Task to carry out — Write the listing below out again exactly, though only as far as the line with "e34 v3 v30 LINE", which is included.

Task input —
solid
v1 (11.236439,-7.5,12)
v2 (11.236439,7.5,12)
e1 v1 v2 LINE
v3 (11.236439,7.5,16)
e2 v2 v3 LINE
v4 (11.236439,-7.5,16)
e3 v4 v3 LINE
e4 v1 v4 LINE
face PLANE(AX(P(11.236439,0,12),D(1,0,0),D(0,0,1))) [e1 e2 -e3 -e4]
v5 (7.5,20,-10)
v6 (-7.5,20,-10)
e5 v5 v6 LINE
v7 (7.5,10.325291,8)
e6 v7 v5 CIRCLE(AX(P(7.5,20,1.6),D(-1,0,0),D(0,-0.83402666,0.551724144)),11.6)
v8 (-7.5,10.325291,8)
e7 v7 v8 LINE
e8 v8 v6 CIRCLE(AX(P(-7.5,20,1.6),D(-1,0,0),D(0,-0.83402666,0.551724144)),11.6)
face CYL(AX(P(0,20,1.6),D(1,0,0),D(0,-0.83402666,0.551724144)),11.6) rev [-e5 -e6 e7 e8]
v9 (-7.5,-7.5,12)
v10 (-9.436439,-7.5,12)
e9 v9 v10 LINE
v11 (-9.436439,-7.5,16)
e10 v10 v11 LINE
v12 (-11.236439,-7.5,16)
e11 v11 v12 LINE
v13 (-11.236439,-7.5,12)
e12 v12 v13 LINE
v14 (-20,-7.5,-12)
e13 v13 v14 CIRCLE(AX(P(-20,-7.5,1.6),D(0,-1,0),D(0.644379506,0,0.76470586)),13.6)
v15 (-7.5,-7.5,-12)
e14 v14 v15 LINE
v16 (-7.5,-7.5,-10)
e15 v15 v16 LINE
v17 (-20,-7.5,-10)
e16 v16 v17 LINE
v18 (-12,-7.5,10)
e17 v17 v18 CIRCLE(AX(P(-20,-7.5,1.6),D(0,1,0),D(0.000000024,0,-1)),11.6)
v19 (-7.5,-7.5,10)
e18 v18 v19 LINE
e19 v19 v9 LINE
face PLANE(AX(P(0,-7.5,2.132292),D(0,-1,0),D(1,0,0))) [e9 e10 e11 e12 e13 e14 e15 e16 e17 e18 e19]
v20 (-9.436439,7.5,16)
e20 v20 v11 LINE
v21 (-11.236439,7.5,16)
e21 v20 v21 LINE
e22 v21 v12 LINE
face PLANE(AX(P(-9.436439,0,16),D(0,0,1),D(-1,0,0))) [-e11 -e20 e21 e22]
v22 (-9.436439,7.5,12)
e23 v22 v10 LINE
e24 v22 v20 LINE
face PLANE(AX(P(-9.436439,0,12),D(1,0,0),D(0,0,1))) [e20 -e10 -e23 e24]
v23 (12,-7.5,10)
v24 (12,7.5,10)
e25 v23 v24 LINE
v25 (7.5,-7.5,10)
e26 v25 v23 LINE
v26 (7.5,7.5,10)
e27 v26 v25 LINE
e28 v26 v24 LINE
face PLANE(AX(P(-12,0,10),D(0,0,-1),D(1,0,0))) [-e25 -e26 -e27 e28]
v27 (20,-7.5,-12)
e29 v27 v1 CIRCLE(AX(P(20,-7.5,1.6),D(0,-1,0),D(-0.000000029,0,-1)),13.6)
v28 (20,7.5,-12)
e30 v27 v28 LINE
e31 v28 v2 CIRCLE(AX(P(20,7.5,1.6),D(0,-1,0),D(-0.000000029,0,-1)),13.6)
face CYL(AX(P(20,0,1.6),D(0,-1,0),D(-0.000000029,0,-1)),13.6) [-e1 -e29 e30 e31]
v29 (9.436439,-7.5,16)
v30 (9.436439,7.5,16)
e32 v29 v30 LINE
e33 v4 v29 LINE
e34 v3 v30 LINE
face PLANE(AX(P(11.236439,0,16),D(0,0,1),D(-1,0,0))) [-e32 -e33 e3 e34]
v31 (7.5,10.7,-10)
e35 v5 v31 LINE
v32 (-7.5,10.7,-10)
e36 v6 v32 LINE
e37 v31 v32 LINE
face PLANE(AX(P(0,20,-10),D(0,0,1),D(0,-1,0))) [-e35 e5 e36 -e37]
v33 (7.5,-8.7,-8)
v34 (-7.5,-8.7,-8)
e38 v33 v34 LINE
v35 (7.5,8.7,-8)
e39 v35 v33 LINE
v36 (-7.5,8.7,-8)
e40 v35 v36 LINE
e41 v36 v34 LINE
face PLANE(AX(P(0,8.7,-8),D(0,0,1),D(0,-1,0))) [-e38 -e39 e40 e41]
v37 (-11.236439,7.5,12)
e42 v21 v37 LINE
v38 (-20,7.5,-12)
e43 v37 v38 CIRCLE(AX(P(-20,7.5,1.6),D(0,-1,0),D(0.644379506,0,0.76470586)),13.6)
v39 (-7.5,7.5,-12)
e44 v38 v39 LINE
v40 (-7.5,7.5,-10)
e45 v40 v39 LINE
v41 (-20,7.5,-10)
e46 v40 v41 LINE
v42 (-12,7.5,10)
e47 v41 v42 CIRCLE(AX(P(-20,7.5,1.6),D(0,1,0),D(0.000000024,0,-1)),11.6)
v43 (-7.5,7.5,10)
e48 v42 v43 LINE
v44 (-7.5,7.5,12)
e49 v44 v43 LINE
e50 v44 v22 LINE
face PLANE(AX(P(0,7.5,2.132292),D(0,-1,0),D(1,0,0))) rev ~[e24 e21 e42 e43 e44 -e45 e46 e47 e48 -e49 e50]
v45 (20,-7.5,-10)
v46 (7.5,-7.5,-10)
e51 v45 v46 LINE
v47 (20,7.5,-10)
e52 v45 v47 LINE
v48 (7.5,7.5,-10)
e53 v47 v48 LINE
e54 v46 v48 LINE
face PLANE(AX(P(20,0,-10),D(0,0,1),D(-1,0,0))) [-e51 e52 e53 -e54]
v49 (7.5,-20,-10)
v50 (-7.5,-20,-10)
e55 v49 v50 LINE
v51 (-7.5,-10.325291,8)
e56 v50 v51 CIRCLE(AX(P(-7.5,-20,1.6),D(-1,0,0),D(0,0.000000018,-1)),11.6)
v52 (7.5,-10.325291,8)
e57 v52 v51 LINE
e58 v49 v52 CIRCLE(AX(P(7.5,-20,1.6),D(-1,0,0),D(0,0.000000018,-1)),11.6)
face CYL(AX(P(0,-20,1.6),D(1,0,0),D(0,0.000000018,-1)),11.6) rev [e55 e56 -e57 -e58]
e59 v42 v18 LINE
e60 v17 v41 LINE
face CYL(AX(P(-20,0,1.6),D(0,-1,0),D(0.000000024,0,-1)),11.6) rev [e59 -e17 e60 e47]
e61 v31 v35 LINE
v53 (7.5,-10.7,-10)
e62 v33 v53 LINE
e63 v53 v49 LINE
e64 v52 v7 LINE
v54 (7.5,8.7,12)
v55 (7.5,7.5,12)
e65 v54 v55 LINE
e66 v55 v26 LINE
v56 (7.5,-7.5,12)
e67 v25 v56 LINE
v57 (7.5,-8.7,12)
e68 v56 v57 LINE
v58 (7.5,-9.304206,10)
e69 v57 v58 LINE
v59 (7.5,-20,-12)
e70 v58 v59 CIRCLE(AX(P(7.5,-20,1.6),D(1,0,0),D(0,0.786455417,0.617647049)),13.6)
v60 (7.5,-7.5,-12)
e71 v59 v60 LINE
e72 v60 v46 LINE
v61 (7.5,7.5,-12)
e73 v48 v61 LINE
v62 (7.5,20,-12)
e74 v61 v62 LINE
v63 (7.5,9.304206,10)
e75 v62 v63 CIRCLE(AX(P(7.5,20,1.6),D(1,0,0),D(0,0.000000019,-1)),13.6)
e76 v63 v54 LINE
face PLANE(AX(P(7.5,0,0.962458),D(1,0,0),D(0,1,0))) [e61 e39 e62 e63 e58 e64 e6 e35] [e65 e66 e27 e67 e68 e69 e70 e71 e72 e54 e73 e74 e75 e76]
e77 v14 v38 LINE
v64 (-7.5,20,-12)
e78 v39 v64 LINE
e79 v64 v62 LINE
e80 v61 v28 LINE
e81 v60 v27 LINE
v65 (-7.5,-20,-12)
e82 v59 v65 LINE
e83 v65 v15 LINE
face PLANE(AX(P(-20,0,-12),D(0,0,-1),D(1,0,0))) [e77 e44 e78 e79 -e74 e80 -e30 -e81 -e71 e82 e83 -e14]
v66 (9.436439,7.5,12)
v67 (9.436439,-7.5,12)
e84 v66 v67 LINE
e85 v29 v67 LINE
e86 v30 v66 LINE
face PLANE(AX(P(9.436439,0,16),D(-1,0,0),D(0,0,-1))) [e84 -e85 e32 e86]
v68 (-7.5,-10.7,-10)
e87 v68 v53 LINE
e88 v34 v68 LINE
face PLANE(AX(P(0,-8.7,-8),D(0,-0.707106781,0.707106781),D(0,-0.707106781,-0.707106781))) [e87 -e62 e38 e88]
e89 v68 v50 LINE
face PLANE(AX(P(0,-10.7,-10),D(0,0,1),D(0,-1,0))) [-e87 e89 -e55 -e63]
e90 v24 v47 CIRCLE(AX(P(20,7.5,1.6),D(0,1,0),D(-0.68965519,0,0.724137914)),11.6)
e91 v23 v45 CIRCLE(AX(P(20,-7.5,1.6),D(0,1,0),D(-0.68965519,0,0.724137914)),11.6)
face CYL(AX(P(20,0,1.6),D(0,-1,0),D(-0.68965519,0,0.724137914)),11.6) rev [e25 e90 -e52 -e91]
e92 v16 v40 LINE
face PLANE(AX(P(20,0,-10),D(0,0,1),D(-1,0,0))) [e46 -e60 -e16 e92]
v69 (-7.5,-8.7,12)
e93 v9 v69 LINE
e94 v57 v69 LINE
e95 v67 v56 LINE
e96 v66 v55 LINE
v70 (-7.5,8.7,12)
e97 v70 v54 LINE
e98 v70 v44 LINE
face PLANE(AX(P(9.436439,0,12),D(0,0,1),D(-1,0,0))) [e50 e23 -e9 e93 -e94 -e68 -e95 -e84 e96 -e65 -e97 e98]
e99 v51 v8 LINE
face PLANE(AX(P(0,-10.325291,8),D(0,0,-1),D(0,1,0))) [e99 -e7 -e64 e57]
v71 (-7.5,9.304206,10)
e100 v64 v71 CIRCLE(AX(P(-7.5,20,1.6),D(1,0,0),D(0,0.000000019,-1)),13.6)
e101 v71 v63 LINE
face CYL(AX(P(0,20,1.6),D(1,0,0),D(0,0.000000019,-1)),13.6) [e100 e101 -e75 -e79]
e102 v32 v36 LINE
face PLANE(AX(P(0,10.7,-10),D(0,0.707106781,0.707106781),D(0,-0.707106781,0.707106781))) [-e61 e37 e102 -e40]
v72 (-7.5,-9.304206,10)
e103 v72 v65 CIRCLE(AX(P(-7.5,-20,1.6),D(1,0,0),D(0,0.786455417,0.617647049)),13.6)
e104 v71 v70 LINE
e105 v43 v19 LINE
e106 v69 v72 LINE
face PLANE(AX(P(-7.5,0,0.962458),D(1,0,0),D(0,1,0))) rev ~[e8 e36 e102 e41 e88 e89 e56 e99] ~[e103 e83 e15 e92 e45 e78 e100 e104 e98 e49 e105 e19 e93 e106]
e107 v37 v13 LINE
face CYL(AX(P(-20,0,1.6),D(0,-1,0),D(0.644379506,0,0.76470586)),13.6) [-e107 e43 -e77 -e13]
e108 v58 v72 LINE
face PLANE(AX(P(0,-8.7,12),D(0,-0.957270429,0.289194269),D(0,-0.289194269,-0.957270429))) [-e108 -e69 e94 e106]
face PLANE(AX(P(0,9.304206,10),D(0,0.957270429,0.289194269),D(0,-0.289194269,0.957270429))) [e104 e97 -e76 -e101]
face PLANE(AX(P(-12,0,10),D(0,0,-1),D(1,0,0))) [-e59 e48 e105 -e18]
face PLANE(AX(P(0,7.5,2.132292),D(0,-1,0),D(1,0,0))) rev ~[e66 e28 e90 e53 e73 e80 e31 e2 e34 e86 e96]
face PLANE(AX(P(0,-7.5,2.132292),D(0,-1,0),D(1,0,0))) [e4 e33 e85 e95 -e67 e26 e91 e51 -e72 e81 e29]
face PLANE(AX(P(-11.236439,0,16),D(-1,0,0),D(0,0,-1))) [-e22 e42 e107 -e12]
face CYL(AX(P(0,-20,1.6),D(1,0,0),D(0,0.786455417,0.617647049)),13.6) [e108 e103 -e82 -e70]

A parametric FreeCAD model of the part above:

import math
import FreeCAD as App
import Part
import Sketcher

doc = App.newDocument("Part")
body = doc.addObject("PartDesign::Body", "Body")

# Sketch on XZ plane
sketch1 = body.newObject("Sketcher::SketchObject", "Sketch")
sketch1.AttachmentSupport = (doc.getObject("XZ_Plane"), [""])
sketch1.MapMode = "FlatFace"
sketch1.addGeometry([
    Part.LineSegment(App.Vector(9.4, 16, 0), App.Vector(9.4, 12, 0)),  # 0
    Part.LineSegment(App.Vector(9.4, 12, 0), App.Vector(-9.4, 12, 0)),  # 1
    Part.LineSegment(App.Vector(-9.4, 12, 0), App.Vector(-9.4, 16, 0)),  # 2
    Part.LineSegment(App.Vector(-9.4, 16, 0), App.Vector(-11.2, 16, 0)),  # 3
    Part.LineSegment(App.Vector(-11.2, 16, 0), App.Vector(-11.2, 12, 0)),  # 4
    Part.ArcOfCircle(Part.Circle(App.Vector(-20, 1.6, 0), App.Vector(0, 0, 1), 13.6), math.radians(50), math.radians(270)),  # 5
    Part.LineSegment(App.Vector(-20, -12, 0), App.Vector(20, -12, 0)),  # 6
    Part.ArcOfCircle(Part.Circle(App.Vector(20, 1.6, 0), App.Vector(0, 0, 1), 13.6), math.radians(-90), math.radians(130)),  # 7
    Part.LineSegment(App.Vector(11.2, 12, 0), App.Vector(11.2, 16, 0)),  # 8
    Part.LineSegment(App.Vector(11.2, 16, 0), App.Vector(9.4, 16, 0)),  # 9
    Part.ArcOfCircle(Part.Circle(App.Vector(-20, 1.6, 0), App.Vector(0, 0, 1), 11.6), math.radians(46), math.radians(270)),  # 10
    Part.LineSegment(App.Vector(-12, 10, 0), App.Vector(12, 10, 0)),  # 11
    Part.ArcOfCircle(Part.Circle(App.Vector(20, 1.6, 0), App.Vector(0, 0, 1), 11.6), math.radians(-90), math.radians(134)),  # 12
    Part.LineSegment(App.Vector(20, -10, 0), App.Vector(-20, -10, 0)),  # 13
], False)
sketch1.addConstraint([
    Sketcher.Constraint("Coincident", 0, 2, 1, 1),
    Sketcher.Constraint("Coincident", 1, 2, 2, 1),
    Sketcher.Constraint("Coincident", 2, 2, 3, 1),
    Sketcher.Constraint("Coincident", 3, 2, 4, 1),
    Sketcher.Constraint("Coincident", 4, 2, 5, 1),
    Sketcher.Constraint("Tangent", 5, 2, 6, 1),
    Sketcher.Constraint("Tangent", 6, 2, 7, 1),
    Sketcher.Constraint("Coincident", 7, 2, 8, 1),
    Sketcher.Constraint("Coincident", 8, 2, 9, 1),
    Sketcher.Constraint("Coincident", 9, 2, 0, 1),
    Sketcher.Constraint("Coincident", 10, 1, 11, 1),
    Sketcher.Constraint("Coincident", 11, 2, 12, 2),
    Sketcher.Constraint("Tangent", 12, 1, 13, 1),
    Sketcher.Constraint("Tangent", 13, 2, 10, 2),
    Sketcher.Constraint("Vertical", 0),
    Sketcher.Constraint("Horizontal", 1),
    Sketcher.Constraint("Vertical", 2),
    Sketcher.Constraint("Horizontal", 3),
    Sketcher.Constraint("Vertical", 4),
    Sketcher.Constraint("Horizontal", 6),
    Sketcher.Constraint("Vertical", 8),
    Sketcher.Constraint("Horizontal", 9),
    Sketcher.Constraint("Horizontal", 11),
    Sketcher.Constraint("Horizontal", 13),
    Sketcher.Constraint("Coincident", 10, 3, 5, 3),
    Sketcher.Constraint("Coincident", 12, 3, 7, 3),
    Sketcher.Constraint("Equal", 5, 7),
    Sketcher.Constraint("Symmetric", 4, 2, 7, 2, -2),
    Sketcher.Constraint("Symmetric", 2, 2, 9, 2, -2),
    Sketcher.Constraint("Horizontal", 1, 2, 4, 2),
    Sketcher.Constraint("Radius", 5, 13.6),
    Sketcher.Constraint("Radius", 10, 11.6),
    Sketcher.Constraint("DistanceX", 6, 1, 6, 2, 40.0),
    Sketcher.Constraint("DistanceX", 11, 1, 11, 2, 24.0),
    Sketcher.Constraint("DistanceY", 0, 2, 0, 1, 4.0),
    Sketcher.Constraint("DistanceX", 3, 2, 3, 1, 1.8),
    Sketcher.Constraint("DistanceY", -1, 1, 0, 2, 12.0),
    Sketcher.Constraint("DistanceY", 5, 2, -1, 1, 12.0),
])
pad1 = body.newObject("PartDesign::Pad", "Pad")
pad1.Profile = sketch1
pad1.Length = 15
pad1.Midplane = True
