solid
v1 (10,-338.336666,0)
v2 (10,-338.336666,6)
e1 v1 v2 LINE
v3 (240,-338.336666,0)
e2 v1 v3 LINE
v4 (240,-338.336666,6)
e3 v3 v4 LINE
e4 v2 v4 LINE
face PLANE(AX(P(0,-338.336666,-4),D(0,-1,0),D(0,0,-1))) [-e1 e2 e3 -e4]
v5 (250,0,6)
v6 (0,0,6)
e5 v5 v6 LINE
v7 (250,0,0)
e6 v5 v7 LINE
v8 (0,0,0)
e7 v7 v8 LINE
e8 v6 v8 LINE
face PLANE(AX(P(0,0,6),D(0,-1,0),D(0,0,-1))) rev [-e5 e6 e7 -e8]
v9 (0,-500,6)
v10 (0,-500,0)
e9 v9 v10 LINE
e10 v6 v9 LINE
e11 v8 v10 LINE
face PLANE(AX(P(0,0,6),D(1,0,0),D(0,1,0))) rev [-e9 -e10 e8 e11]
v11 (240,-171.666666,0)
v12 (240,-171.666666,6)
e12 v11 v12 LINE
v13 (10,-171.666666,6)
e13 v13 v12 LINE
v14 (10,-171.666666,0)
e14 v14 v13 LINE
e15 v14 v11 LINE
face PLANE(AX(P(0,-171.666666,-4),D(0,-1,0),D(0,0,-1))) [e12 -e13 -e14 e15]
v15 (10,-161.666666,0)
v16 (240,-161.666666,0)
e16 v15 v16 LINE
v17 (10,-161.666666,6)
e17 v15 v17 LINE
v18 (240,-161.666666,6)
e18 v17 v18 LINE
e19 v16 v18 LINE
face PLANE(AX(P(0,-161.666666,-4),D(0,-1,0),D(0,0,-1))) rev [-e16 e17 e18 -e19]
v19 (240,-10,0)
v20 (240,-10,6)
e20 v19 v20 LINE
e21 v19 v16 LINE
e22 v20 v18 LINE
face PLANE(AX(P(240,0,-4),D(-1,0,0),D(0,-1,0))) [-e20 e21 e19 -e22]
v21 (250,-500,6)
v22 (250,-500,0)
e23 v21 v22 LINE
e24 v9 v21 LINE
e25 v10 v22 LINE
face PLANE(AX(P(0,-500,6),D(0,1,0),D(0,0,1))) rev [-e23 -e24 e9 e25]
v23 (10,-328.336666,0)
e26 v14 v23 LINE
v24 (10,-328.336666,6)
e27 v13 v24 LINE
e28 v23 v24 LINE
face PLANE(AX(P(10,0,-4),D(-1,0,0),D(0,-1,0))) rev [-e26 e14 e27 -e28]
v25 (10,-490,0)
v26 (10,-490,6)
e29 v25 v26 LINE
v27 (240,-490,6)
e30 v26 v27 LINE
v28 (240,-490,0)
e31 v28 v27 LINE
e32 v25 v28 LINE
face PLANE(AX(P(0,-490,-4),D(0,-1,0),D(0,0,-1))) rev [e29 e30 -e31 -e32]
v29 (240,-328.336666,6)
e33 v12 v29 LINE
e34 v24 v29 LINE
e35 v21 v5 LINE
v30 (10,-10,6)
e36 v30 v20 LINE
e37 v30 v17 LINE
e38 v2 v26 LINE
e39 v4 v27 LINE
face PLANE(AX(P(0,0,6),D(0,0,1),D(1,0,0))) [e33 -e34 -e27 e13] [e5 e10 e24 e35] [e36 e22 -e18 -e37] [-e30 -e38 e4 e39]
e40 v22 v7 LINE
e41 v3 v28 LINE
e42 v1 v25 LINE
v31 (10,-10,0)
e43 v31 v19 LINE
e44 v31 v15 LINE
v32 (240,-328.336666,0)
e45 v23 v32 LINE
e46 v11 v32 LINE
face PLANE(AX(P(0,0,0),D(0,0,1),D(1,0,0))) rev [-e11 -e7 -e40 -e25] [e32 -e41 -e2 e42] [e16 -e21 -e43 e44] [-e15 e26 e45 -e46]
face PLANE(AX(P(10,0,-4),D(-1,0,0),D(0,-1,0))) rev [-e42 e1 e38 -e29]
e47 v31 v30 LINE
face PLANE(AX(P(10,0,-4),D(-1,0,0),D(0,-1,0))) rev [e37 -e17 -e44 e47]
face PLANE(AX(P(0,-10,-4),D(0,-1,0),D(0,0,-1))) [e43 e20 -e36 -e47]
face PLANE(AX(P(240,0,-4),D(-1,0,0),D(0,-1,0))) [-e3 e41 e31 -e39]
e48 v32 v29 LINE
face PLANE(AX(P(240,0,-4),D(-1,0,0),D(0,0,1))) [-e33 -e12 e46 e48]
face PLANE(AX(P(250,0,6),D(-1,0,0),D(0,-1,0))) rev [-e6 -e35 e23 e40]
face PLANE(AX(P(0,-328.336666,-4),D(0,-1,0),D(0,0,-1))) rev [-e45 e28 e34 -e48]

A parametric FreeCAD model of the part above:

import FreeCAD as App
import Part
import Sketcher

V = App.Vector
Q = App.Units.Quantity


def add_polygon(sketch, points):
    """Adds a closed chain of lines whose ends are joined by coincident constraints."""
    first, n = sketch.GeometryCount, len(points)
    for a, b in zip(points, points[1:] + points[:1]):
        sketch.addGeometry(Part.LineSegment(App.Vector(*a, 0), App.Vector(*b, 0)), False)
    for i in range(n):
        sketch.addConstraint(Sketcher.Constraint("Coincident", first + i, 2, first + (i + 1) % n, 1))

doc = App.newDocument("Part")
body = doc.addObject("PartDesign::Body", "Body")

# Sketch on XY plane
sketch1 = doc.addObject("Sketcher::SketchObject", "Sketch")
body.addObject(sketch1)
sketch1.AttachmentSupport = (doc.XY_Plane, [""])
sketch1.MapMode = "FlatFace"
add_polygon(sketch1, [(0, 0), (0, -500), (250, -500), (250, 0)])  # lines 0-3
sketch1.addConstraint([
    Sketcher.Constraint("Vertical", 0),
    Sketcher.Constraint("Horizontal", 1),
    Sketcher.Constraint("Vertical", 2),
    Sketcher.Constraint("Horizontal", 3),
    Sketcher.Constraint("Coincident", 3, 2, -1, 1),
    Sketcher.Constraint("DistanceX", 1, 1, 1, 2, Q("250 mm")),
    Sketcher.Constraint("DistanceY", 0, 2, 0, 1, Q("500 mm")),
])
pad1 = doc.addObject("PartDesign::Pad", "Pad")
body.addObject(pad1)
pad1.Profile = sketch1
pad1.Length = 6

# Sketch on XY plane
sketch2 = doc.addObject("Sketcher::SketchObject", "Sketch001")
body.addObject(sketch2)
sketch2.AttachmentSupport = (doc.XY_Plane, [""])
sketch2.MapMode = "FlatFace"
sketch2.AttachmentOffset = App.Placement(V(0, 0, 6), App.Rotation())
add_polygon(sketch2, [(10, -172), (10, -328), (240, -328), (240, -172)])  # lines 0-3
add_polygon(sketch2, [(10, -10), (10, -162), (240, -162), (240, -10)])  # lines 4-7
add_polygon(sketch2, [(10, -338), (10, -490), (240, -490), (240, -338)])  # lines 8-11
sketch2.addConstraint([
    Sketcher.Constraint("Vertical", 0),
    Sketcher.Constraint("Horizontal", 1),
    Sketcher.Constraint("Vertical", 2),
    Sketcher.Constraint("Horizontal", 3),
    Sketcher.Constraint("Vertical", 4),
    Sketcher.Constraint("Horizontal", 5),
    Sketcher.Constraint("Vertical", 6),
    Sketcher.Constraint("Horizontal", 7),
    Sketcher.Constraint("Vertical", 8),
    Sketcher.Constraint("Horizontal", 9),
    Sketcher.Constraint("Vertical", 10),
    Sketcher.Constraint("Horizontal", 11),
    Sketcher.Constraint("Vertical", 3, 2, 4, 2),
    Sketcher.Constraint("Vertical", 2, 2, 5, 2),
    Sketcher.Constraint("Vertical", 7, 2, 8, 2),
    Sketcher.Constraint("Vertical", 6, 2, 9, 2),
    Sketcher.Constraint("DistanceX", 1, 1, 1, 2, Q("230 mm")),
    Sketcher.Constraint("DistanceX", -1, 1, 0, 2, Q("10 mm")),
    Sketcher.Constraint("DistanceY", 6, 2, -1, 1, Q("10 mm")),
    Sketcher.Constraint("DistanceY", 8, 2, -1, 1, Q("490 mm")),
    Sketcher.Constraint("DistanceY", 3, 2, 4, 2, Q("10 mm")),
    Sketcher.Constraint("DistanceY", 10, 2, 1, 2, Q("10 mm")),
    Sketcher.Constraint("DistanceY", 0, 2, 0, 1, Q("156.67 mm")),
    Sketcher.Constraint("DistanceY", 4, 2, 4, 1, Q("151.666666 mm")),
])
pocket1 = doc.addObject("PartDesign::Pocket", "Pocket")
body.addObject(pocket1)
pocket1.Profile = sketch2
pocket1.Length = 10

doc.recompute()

Your solution —
solid
v1 (11.236439,-7.5,12)
v2 (11.236439,7.5,12)
e1 v1 v2 LINE
v3 (11.236439,7.5,16)
e2 v2 v3 LINE
v4 (11.236439,-7.5,16)
e3 v4 v3 LINE
e4 v1 v4 LINE
face PLANE(AX(P(11.236439,0,12),D(1,0,0),D(0,0,1))) [e1 e2 -e3 -e4]
v5 (7.5,20,-10)
v6 (-7.5,20,-10)
e5 v5 v6 LINE
v7 (7.5,10.325291,8)
e6 v7 v5 CIRCLE(AX(P(7.5,20,1.6),D(-1,0,0),D(0,-0.83402666,0.551724144)),11.6)
v8 (-7.5,10.325291,8)
e7 v7 v8 LINE
e8 v8 v6 CIRCLE(AX(P(-7.5,20,1.6),D(-1,0,0),D(0,-0.83402666,0.551724144)),11.6)
face CYL(AX(P(0,20,1.6),D(1,0,0),D(0,-0.83402666,0.551724144)),11.6) rev [-e5 -e6 e7 e8]
v9 (-7.5,-7.5,12)
v10 (-9.436439,-7.5,12)
e9 v9 v10 LINE
v11 (-9.436439,-7.5,16)
e10 v10 v11 LINE
v12 (-11.236439,-7.5,16)
e11 v11 v12 LINE
v13 (-11.236439,-7.5,12)
e12 v12 v13 LINE
v14 (-20,-7.5,-12)
e13 v13 v14 CIRCLE(AX(P(-20,-7.5,1.6),D(0,-1,0),D(0.644379506,0,0.76470586)),13.6)
v15 (-7.5,-7.5,-12)
e14 v14 v15 LINE
v16 (-7.5,-7.5,-10)
e15 v15 v16 LINE
v17 (-20,-7.5,-10)
e16 v16 v17 LINE
v18 (-12,-7.5,10)
e17 v17 v18 CIRCLE(AX(P(-20,-7.5,1.6),D(0,1,0),D(0.000000024,0,-1)),11.6)
v19 (-7.5,-7.5,10)
e18 v18 v19 LINE
e19 v19 v9 LINE
face PLANE(AX(P(0,-7.5,2.132292),D(0,-1,0),D(1,0,0))) [e9 e10 e11 e12 e13 e14 e15 e16 e17 e18 e19]
v20 (-9.436439,7.5,16)
e20 v20 v11 LINE
v21 (-11.236439,7.5,16)
e21 v20 v21 LINE
e22 v21 v12 LINE
face PLANE(AX(P(-9.436439,0,16),D(0,0,1),D(-1,0,0))) [-e11 -e20 e21 e22]
v22 (-9.436439,7.5,12)
e23 v22 v10 LINE
e24 v22 v20 LINE
face PLANE(AX(P(-9.436439,0,12),D(1,0,0),D(0,0,1))) [e20 -e10 -e23 e24]
v23 (12,-7.5,10)
v24 (12,7.5,10)
e25 v23 v24 LINE
v25 (7.5,-7.5,10)
e26 v25 v23 LINE
v26 (7.5,7.5,10)
e27 v26 v25 LINE
e28 v26 v24 LINE
face PLANE(AX(P(-12,0,10),D(0,0,-1),D(1,0,0))) [-e25 -e26 -e27 e28]
v27 (20,-7.5,-12)
e29 v27 v1 CIRCLE(AX(P(20,-7.5,1.6),D(0,-1,0),D(-0.000000029,0,-1)),13.6)
v28 (20,7.5,-12)
e30 v27 v28 LINE
e31 v28 v2 CIRCLE(AX(P(20,7.5,1.6),D(0,-1,0),D(-0.000000029,0,-1)),13.6)
face CYL(AX(P(20,0,1.6),D(0,-1,0),D(-0.000000029,0,-1)),13.6) [-e1 -e29 e30 e31]
v29 (9.436439,-7.5,16)
v30 (9.436439,7.5,16)
e32 v29 v30 LINE
e33 v4 v29 LINE
e34 v3 v30 LINE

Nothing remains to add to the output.